• _Exercise aim_:
Your reply should hold only the lines from the one containing "#211=EDGE_LOOP('',(#207,#208,#209,#210));" to the final line of the listing below, restated word for word.

Start of Data for analysis

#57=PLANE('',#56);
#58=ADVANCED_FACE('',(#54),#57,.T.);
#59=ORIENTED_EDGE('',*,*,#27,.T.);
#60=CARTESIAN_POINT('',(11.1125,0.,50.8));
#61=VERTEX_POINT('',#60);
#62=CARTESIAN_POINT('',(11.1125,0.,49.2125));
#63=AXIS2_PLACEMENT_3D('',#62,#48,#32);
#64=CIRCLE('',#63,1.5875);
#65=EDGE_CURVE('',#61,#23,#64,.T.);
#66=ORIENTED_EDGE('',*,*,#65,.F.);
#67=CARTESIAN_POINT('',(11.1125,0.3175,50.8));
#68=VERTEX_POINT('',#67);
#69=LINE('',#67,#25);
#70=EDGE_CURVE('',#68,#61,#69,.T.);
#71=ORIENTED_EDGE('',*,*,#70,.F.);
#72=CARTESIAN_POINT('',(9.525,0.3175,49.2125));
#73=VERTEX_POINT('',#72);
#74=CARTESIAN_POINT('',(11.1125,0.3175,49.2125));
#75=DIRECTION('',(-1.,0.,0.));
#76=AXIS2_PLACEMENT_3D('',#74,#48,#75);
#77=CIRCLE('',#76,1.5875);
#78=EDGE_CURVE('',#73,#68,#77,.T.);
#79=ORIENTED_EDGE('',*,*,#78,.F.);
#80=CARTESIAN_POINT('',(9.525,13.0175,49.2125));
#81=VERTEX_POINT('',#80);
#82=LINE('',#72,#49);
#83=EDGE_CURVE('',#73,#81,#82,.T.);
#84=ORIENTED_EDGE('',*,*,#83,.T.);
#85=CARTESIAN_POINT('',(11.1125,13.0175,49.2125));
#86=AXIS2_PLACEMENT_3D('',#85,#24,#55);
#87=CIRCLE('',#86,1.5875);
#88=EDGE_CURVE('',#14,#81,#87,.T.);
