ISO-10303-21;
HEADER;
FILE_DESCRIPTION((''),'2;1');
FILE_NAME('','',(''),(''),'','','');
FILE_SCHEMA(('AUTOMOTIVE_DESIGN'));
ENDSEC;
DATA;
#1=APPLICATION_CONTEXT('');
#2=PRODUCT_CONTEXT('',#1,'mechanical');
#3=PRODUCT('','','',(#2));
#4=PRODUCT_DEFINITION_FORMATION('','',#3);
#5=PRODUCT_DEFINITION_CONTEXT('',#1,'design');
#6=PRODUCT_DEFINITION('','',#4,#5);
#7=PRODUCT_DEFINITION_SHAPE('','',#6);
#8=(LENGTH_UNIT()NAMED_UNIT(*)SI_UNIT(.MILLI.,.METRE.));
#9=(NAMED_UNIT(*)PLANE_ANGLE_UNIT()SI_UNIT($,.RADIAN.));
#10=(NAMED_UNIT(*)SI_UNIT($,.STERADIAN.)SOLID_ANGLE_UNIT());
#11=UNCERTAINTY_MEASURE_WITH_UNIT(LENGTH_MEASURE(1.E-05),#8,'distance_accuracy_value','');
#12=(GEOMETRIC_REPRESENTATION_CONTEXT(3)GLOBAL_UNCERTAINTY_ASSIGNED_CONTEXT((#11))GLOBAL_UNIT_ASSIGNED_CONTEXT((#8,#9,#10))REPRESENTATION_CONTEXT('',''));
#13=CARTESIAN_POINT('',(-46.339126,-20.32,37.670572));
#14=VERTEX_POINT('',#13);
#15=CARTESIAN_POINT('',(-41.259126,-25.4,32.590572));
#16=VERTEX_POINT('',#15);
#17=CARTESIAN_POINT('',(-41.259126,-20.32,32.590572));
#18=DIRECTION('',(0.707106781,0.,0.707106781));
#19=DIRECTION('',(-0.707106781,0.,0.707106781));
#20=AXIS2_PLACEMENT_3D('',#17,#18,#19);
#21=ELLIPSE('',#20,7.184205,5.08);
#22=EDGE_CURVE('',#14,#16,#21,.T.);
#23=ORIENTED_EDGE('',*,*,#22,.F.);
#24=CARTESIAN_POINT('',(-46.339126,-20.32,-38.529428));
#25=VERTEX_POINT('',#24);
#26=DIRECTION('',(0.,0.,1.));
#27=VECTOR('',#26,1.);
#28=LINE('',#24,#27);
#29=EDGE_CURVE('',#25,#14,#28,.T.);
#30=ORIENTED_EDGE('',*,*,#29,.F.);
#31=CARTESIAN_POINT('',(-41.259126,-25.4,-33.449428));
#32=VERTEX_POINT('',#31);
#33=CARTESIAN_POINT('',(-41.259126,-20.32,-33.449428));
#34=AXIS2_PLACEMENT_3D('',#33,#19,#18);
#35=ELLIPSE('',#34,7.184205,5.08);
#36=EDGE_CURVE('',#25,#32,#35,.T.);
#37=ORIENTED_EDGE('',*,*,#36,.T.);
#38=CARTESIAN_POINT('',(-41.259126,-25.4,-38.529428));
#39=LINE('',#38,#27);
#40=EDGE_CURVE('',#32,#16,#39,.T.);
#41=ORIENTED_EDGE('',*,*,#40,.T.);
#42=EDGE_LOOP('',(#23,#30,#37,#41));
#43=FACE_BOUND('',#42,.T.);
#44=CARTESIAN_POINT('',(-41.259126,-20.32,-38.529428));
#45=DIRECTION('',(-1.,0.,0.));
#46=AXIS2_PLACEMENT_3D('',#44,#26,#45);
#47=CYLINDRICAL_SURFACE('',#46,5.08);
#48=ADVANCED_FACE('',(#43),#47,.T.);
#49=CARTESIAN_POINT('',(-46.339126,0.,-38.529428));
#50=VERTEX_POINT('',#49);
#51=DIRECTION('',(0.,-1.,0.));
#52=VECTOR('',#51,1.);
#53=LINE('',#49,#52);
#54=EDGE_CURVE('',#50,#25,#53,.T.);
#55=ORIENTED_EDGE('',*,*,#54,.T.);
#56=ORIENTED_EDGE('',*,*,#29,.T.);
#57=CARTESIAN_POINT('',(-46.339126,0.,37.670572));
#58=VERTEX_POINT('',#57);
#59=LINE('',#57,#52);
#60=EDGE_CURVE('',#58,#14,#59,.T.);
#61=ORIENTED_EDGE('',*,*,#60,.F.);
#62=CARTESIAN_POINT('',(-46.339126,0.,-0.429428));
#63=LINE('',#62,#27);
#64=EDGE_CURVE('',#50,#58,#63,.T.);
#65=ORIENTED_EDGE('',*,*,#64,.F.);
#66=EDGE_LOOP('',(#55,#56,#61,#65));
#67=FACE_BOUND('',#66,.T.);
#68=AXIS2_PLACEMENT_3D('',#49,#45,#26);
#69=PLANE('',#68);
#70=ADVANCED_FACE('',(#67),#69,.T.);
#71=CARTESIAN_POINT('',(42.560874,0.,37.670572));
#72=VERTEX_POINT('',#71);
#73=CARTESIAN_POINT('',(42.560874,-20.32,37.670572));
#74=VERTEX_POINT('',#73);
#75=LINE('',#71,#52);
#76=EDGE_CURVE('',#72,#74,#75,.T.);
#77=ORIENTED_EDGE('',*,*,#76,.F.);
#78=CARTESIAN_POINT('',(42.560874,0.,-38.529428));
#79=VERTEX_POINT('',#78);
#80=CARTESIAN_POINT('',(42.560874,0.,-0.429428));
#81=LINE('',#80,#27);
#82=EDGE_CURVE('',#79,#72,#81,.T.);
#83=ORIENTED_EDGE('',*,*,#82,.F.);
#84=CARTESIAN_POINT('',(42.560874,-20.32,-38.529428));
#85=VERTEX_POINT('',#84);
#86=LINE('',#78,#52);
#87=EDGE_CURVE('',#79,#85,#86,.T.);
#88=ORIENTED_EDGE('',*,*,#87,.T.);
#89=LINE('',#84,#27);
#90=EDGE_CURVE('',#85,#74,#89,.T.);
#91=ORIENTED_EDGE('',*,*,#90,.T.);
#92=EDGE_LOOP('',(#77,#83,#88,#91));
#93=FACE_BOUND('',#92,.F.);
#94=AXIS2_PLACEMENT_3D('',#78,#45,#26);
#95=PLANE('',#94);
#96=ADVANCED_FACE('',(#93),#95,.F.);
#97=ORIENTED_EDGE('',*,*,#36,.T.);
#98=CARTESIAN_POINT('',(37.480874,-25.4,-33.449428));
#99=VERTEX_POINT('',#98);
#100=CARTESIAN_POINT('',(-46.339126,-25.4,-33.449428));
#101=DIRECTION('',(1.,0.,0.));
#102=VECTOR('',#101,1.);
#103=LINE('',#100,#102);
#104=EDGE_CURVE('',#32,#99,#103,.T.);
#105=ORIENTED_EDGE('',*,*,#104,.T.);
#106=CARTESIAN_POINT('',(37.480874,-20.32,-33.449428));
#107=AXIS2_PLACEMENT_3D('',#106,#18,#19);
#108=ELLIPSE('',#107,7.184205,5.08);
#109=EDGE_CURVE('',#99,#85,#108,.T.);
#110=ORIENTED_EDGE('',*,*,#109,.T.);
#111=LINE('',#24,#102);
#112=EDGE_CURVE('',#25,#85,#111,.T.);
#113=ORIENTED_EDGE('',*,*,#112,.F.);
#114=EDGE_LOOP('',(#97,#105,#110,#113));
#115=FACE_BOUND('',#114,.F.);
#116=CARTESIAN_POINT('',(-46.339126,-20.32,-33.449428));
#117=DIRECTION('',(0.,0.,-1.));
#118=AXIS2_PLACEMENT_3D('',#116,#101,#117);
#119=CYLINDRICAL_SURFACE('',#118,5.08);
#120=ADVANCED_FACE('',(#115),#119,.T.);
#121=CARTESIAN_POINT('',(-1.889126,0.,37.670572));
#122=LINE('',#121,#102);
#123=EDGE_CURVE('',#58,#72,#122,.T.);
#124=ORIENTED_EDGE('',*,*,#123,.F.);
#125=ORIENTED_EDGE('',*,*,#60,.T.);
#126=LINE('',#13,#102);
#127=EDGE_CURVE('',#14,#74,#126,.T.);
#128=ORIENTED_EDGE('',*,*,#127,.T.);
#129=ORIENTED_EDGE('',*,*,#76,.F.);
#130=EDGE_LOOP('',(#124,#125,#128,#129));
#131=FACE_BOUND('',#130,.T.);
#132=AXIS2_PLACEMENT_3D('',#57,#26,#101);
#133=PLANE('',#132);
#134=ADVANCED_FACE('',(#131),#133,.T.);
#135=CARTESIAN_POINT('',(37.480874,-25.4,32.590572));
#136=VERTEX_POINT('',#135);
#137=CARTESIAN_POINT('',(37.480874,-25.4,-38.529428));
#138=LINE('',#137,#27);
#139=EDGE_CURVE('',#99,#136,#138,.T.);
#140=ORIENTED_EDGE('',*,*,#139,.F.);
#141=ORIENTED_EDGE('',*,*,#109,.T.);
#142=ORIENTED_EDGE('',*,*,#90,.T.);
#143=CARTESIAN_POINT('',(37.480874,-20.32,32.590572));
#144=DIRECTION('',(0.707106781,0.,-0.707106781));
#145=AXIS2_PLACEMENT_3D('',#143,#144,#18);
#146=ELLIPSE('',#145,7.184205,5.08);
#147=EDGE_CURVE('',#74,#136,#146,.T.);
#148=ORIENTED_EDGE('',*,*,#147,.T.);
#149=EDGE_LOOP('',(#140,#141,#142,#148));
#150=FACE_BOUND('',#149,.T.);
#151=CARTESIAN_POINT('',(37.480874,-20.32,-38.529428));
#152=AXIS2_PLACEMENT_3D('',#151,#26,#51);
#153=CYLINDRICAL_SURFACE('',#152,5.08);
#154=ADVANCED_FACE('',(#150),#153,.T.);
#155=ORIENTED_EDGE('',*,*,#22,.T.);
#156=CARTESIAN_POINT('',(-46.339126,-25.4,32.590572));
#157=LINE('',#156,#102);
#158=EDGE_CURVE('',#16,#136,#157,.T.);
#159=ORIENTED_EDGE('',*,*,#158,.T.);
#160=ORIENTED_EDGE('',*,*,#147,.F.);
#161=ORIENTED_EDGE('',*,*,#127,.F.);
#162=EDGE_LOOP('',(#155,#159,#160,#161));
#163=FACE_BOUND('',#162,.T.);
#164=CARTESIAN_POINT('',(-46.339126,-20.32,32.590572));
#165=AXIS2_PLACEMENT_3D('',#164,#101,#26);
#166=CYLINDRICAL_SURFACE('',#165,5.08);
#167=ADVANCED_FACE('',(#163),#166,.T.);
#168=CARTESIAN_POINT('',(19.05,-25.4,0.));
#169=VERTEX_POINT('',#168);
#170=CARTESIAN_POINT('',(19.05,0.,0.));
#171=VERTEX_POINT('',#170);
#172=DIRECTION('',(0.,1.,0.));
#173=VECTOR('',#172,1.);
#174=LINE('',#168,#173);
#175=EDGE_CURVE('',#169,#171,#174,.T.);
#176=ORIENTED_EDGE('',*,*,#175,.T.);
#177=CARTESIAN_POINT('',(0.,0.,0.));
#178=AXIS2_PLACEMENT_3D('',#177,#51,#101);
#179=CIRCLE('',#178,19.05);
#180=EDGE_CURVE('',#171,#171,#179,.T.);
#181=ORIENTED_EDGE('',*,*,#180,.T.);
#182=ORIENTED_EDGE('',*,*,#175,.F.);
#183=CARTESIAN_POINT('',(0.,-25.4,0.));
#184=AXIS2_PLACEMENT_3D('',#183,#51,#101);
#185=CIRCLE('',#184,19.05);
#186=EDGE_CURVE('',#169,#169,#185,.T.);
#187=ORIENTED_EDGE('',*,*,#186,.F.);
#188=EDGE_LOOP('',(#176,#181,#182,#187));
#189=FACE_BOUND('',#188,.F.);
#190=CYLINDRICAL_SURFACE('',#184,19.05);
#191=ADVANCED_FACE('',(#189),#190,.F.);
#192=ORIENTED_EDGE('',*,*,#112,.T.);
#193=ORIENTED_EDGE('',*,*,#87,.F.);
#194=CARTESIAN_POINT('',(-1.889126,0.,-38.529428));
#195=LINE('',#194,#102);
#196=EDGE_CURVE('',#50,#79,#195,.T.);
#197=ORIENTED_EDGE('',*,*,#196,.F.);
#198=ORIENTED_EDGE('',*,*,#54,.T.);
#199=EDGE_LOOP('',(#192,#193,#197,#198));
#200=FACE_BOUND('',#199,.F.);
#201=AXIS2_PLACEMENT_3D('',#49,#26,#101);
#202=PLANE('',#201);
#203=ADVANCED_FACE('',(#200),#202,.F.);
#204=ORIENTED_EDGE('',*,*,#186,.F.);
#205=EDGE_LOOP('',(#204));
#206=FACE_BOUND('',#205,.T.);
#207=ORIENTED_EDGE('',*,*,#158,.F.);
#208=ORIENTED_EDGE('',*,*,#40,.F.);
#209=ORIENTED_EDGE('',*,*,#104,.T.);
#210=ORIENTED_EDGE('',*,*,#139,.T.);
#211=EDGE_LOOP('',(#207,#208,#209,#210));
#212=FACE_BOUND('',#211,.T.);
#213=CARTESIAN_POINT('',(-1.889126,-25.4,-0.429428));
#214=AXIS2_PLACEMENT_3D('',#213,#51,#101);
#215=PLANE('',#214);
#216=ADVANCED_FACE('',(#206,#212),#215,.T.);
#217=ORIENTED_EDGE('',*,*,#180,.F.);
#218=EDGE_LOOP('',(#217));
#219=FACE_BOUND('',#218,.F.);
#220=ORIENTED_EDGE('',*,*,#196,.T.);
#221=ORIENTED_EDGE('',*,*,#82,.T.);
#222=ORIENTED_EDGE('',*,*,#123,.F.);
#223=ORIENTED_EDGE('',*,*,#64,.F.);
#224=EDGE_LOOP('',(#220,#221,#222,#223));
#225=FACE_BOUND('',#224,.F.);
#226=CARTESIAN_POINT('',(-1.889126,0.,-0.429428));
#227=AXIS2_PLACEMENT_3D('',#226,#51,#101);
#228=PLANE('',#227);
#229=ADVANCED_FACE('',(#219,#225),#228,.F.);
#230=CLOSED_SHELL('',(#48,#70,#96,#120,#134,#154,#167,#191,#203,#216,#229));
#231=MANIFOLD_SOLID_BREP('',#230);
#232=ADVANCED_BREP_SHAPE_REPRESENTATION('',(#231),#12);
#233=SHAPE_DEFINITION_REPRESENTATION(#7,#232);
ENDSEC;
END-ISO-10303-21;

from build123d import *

# Parameters (mm, degrees)
F0_W     = 88.9
F0_H     = 76.2
F1_DEPTH = 25.4
F2_R     = 19.05
F3_DEPTH = 25.4
F4_R     = 5.08


with BuildPart() as f1:
    # F0 (on Front) → F1 (new body)
    with BuildSketch(Plane.XZ):
        with Locations((-1.889126, -0.429428)):
            Rectangle(F0_W, F0_H)
    extrude(amount=F1_DEPTH)

    # F2 (on face) → F3 (cut)
    with BuildSketch(Plane.XZ.offset(25.4)):
        Circle(F2_R)
    extrude(amount=-F3_DEPTH, mode=Mode.SUBTRACT)

    # F4
    f4_edges = [f1.edges().sort_by_distance(p)[0] for p in [
        (-46.339126, -25.4, -0.429428),
        (-1.889126, -25.4, 37.670572),
        (42.560874, -25.4, -0.429428),
        (-1.889126, -25.4, -38.529428),
    ]]
    fillet(f4_edges, radius=F4_R)


solid = f1.part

End of Data for analysis

• _Completed task_:
#211=EDGE_LOOP('',(#207,#208,#209,#210));
#212=FACE_BOUND('',#211,.T.);
#213=CARTESIAN_POINT('',(-1.889126,-25.4,-0.429428));
#214=AXIS2_PLACEMENT_3D('',#213,#51,#101);
#215=PLANE('',#214);
#216=ADVANCED_FACE('',(#206,#212),#215,.T.);
#217=ORIENTED_EDGE('',*,*,#180,.F.);
#218=EDGE_LOOP('',(#217));
#219=FACE_BOUND('',#218,.F.);
#220=ORIENTED_EDGE('',*,*,#196,.T.);
#221=ORIENTED_EDGE('',*,*,#82,.T.);
#222=ORIENTED_EDGE('',*,*,#123,.F.);
#223=ORIENTED_EDGE('',*,*,#64,.F.);
#224=EDGE_LOOP('',(#220,#221,#222,#223));
#225=FACE_BOUND('',#224,.F.);
#226=CARTESIAN_POINT('',(-1.889126,0.,-0.429428));
#227=AXIS2_PLACEMENT_3D('',#226,#51,#101);
#228=PLANE('',#227);
#229=ADVANCED_FACE('',(#219,#225),#228,.F.);
#230=CLOSED_SHELL('',(#48,#70,#96,#120,#134,#154,#167,#191,#203,#216,#229));
#231=MANIFOLD_SOLID_BREP('',#230);
#232=ADVANCED_BREP_SHAPE_REPRESENTATION('',(#231),#12);
#233=SHAPE_DEFINITION_REPRESENTATION(#7,#232);
ENDSEC;
END-ISO-10303-21;

from build123d import *

# Parameters (mm, degrees)
F0_W     = 88.9
F0_H     = 76.2
F1_DEPTH = 25.4
F2_R     = 19.05
F3_DEPTH = 25.4
F4_R     = 5.08


with BuildPart() as f1:
    # F0 (on Front) → F1 (new body)
    with BuildSketch(Plane.XZ):
        with Locations((-1.889126, -0.429428)):
            Rectangle(F0_W, F0_H)
    extrude(amount=F1_DEPTH)

    # F2 (on face) → F3 (cut)
    with BuildSketch(Plane.XZ.offset(25.4)):
        Circle(F2_R)
    extrude(amount=-F3_DEPTH, mode=Mode.SUBTRACT)

    # F4
    f4_edges = [f1.edges().sort_by_distance(p)[0] for p in [
        (-46.339126, -25.4, -0.429428),
        (-1.889126, -25.4, 37.670572),
        (42.560874, -25.4, -0.429428),
        (-1.889126, -25.4, -38.529428),
    ]]
    fillet(f4_edges, radius=F4_R)


solid = f1.part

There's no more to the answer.